--- Aim of the exercise ---
For the material that follows, list every line containing the word "diameter".

--- Dataset excerpts ---
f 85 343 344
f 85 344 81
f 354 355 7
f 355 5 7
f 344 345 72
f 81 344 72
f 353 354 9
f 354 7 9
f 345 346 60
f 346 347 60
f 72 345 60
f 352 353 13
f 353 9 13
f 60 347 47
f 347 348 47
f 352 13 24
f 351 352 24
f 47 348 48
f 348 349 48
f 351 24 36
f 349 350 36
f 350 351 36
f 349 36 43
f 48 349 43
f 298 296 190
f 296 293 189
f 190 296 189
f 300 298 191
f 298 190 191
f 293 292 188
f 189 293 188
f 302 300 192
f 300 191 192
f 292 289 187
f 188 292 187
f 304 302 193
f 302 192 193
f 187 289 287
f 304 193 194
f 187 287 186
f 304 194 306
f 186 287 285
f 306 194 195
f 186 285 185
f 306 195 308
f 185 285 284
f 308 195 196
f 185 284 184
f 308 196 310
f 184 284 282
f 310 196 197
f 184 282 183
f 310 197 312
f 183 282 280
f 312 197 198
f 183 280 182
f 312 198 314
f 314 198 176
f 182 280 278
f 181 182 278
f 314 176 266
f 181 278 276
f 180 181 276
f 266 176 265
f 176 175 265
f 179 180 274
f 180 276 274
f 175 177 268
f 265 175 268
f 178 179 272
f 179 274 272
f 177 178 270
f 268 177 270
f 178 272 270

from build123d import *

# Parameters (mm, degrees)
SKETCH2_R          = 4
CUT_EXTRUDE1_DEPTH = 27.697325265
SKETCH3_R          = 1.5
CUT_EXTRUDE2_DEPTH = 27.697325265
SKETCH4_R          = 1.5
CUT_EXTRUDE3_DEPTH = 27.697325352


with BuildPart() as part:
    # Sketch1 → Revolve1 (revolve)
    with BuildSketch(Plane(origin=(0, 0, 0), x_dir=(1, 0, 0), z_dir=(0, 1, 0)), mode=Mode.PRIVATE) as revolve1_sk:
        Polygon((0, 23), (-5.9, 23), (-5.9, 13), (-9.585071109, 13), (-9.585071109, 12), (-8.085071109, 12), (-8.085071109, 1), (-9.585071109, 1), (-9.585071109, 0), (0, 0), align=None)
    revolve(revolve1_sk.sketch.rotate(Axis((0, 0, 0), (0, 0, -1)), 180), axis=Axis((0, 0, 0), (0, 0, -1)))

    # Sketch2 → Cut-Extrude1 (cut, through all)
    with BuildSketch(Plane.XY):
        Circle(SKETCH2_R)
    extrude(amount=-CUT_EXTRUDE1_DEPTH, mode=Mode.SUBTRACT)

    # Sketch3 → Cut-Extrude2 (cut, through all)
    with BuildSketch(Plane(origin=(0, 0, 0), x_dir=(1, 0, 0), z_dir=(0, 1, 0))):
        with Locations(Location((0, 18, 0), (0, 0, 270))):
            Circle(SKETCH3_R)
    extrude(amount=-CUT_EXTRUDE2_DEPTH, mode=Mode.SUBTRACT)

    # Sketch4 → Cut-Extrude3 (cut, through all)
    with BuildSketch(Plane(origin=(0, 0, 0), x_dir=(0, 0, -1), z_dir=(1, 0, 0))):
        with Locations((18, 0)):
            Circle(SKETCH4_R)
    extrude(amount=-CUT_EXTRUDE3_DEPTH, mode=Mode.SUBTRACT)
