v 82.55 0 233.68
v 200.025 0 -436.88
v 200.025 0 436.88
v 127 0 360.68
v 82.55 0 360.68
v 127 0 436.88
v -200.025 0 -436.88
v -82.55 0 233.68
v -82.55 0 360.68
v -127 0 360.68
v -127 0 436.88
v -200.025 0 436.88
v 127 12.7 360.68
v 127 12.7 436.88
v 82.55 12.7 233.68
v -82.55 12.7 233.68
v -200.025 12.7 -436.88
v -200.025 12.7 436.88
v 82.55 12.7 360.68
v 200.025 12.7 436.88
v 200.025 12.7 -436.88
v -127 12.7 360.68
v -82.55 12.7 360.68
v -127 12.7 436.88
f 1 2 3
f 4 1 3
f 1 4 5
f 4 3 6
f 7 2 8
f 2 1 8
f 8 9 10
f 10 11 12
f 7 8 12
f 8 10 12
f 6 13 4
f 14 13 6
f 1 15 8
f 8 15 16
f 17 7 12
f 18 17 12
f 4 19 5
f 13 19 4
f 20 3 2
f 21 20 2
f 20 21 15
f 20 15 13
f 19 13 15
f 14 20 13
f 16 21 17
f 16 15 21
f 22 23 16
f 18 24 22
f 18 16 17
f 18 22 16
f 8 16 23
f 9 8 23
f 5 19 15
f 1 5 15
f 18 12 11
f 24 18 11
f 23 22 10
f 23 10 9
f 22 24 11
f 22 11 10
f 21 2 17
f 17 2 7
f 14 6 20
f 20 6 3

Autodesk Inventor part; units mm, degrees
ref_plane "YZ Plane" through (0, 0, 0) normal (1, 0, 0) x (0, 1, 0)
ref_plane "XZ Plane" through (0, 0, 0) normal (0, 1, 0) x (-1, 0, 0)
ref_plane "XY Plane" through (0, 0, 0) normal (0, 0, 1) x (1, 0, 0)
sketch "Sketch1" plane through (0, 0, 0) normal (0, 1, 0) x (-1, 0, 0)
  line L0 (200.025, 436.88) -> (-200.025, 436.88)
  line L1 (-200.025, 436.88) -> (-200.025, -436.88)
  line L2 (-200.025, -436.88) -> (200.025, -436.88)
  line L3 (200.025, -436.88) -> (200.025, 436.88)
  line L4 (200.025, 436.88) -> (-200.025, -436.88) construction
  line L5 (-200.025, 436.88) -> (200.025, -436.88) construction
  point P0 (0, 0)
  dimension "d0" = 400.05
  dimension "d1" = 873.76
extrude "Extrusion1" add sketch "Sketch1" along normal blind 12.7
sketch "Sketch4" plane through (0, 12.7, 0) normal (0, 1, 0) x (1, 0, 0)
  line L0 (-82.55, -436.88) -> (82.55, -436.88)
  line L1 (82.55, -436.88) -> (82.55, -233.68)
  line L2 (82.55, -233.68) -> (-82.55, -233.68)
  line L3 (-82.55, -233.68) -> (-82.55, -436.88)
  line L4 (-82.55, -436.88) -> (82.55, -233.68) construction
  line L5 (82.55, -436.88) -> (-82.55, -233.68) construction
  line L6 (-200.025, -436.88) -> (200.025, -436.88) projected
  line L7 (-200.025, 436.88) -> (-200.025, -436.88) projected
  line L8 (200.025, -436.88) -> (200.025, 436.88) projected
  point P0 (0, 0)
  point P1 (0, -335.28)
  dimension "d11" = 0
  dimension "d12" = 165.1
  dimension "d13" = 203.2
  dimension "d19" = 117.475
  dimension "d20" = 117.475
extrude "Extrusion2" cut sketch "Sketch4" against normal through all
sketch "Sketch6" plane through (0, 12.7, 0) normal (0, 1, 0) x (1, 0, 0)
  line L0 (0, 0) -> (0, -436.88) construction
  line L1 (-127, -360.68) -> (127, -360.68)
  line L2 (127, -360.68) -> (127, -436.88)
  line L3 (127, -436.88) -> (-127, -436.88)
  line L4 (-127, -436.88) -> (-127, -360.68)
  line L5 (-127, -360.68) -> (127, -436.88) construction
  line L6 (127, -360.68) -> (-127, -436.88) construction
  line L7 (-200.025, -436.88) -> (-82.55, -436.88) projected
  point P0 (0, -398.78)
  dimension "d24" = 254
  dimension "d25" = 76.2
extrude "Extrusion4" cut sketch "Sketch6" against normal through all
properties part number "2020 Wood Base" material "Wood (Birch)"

...

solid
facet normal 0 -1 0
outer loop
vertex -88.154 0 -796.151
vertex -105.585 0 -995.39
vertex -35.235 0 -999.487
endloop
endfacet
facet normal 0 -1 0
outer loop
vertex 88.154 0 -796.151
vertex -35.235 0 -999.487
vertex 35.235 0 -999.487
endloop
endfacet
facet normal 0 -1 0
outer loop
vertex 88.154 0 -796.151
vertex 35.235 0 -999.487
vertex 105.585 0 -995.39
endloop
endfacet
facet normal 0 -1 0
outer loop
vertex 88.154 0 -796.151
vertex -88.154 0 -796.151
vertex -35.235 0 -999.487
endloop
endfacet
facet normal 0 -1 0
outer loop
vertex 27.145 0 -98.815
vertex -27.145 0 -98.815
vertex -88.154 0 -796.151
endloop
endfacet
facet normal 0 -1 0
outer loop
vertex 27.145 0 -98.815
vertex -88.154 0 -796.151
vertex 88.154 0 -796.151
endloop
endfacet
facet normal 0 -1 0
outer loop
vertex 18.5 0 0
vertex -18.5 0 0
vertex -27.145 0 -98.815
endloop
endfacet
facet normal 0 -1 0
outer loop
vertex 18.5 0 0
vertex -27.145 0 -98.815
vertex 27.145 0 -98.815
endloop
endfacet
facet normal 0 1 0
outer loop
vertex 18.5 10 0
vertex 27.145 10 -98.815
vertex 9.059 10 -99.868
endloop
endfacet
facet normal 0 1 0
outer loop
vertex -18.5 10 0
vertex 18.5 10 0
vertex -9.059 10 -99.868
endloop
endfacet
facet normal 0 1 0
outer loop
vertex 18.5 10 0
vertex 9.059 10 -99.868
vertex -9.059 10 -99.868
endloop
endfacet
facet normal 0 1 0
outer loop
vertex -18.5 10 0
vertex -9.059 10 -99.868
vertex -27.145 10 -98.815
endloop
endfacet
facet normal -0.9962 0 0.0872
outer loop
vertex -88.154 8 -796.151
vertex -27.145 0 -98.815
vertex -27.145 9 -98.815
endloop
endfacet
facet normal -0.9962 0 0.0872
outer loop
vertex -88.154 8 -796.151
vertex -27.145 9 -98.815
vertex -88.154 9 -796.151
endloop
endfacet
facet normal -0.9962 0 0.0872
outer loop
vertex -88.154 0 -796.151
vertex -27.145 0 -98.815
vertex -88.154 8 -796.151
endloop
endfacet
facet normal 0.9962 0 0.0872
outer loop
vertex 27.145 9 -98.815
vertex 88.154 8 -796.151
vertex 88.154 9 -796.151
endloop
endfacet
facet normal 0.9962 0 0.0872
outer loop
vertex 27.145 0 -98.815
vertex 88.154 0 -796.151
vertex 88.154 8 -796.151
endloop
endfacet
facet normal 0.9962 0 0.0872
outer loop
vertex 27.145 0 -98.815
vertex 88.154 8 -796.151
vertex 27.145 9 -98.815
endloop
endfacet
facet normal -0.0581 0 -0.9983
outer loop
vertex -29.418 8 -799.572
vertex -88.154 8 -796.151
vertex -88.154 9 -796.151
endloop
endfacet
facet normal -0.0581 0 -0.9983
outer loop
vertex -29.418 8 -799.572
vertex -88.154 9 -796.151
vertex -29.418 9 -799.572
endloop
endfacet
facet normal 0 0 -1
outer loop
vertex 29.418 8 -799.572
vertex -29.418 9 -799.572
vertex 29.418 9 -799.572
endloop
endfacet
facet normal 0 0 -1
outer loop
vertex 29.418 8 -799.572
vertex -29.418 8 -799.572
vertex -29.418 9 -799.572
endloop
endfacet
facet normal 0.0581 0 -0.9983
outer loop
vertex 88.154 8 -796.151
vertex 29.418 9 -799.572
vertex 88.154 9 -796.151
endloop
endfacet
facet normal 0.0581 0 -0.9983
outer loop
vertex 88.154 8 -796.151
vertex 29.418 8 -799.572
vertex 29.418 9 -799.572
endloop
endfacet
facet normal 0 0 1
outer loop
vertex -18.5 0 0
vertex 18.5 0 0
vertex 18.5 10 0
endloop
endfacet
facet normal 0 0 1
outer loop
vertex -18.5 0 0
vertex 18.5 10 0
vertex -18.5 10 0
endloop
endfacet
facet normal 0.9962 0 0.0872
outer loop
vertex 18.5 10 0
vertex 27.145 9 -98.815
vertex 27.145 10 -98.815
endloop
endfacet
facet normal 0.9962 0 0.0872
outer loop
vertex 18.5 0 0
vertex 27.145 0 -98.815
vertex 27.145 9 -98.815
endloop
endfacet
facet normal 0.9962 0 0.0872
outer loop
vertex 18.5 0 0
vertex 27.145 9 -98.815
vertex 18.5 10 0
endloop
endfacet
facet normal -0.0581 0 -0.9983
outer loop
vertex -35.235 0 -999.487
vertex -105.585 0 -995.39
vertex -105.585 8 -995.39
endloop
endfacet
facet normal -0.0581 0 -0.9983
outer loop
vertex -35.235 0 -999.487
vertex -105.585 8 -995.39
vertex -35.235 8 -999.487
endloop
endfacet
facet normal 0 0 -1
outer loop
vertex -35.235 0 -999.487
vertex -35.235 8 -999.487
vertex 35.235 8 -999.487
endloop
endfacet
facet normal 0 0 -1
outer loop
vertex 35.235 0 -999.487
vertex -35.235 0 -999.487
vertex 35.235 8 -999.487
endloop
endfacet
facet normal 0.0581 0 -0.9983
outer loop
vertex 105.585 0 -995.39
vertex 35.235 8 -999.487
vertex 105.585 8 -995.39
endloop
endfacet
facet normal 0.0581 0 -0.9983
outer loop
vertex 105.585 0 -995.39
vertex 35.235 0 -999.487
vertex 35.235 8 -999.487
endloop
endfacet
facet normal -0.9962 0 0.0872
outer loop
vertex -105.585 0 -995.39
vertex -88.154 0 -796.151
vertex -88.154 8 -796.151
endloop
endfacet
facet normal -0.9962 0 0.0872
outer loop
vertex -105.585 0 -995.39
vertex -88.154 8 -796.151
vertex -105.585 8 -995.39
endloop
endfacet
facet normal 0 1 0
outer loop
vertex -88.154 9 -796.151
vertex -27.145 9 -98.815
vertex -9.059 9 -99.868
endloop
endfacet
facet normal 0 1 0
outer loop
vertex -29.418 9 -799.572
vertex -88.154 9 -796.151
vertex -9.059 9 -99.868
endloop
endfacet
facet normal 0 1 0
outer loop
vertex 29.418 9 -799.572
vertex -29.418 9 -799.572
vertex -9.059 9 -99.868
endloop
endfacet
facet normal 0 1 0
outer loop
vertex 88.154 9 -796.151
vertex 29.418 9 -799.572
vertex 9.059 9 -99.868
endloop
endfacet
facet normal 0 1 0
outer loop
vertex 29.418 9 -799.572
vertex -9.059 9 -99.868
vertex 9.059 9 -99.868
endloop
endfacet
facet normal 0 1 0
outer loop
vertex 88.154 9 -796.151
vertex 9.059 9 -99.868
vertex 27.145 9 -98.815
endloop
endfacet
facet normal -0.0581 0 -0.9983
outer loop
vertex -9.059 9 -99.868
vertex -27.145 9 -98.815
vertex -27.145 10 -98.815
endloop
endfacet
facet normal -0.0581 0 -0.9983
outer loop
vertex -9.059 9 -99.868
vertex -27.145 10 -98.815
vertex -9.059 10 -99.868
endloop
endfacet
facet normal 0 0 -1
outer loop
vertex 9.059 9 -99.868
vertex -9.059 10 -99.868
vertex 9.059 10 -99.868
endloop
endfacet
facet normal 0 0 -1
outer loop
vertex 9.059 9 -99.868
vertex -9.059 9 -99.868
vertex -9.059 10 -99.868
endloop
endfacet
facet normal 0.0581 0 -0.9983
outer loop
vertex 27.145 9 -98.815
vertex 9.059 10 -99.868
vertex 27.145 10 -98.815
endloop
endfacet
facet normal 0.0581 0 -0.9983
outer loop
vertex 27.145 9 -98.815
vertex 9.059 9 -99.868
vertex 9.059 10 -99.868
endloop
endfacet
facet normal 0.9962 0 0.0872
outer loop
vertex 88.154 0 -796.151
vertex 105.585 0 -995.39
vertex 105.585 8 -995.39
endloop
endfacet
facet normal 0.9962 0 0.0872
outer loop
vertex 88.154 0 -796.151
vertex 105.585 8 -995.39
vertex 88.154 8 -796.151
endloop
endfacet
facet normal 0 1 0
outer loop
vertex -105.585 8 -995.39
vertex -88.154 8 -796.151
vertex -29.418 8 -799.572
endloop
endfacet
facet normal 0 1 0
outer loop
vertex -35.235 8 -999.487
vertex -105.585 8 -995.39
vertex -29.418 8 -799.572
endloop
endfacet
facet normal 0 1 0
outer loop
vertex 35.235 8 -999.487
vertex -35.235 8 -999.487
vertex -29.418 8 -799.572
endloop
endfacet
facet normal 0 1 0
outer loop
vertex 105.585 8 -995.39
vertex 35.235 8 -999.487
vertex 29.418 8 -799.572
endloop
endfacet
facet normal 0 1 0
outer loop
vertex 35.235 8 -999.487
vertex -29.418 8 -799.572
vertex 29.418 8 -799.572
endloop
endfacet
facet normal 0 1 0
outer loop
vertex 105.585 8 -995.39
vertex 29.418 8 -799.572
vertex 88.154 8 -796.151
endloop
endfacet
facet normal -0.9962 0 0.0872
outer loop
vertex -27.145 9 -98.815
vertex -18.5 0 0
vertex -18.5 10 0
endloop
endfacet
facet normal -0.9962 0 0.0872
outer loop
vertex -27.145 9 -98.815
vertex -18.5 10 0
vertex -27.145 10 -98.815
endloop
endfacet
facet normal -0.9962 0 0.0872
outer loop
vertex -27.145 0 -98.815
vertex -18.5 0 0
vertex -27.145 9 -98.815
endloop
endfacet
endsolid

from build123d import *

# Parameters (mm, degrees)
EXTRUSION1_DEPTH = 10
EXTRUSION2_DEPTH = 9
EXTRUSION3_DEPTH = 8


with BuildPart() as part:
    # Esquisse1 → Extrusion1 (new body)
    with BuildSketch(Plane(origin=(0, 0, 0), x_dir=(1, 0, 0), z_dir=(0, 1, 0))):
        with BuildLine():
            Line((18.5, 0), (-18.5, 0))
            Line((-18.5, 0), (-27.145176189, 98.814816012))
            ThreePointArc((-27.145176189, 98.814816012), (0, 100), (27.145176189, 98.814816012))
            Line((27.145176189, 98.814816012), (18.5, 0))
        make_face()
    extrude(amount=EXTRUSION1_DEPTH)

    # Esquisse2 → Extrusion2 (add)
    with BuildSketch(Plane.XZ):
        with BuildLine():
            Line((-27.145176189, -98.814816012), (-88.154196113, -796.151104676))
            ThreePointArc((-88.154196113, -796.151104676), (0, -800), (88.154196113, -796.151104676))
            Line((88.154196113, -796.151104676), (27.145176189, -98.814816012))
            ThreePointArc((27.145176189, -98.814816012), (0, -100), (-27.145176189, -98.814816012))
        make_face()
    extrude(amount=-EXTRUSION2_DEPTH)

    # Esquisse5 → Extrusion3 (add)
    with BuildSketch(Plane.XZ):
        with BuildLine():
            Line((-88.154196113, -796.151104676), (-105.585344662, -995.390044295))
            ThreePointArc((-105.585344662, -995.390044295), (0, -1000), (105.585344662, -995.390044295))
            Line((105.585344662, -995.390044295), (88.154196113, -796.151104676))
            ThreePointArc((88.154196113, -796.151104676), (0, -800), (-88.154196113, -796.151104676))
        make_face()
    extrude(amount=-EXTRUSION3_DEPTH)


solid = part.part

==

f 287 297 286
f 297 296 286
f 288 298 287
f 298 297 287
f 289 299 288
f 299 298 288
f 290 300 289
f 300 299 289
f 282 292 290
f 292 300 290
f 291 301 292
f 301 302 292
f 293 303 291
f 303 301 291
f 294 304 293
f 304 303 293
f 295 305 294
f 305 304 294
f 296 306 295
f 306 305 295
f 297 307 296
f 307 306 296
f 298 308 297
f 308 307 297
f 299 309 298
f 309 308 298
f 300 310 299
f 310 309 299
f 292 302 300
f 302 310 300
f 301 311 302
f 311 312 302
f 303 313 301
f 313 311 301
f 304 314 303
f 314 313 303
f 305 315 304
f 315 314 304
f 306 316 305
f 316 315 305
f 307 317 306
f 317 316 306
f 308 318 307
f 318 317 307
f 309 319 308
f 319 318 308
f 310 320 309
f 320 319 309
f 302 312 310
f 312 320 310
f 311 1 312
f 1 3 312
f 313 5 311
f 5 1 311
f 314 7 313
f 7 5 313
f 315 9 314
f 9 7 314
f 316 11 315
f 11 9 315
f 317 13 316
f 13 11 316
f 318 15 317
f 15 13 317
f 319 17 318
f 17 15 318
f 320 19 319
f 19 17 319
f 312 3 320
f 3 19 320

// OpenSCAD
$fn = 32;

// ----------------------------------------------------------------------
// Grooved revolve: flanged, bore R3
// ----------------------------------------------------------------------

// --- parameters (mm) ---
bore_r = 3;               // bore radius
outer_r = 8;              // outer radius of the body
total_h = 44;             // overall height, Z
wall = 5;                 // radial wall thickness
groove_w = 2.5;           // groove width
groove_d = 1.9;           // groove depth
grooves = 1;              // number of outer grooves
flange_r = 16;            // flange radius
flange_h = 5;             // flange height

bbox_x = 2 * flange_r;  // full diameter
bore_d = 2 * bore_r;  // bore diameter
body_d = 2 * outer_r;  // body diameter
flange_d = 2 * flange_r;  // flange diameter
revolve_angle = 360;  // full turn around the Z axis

--- Task result ---
bbox_x = 2 * flange_r;  // full diameter
bore_d = 2 * bore_r;  // bore diameter
body_d = 2 * outer_r;  // body diameter
flange_d = 2 * flange_r;  // flange diameter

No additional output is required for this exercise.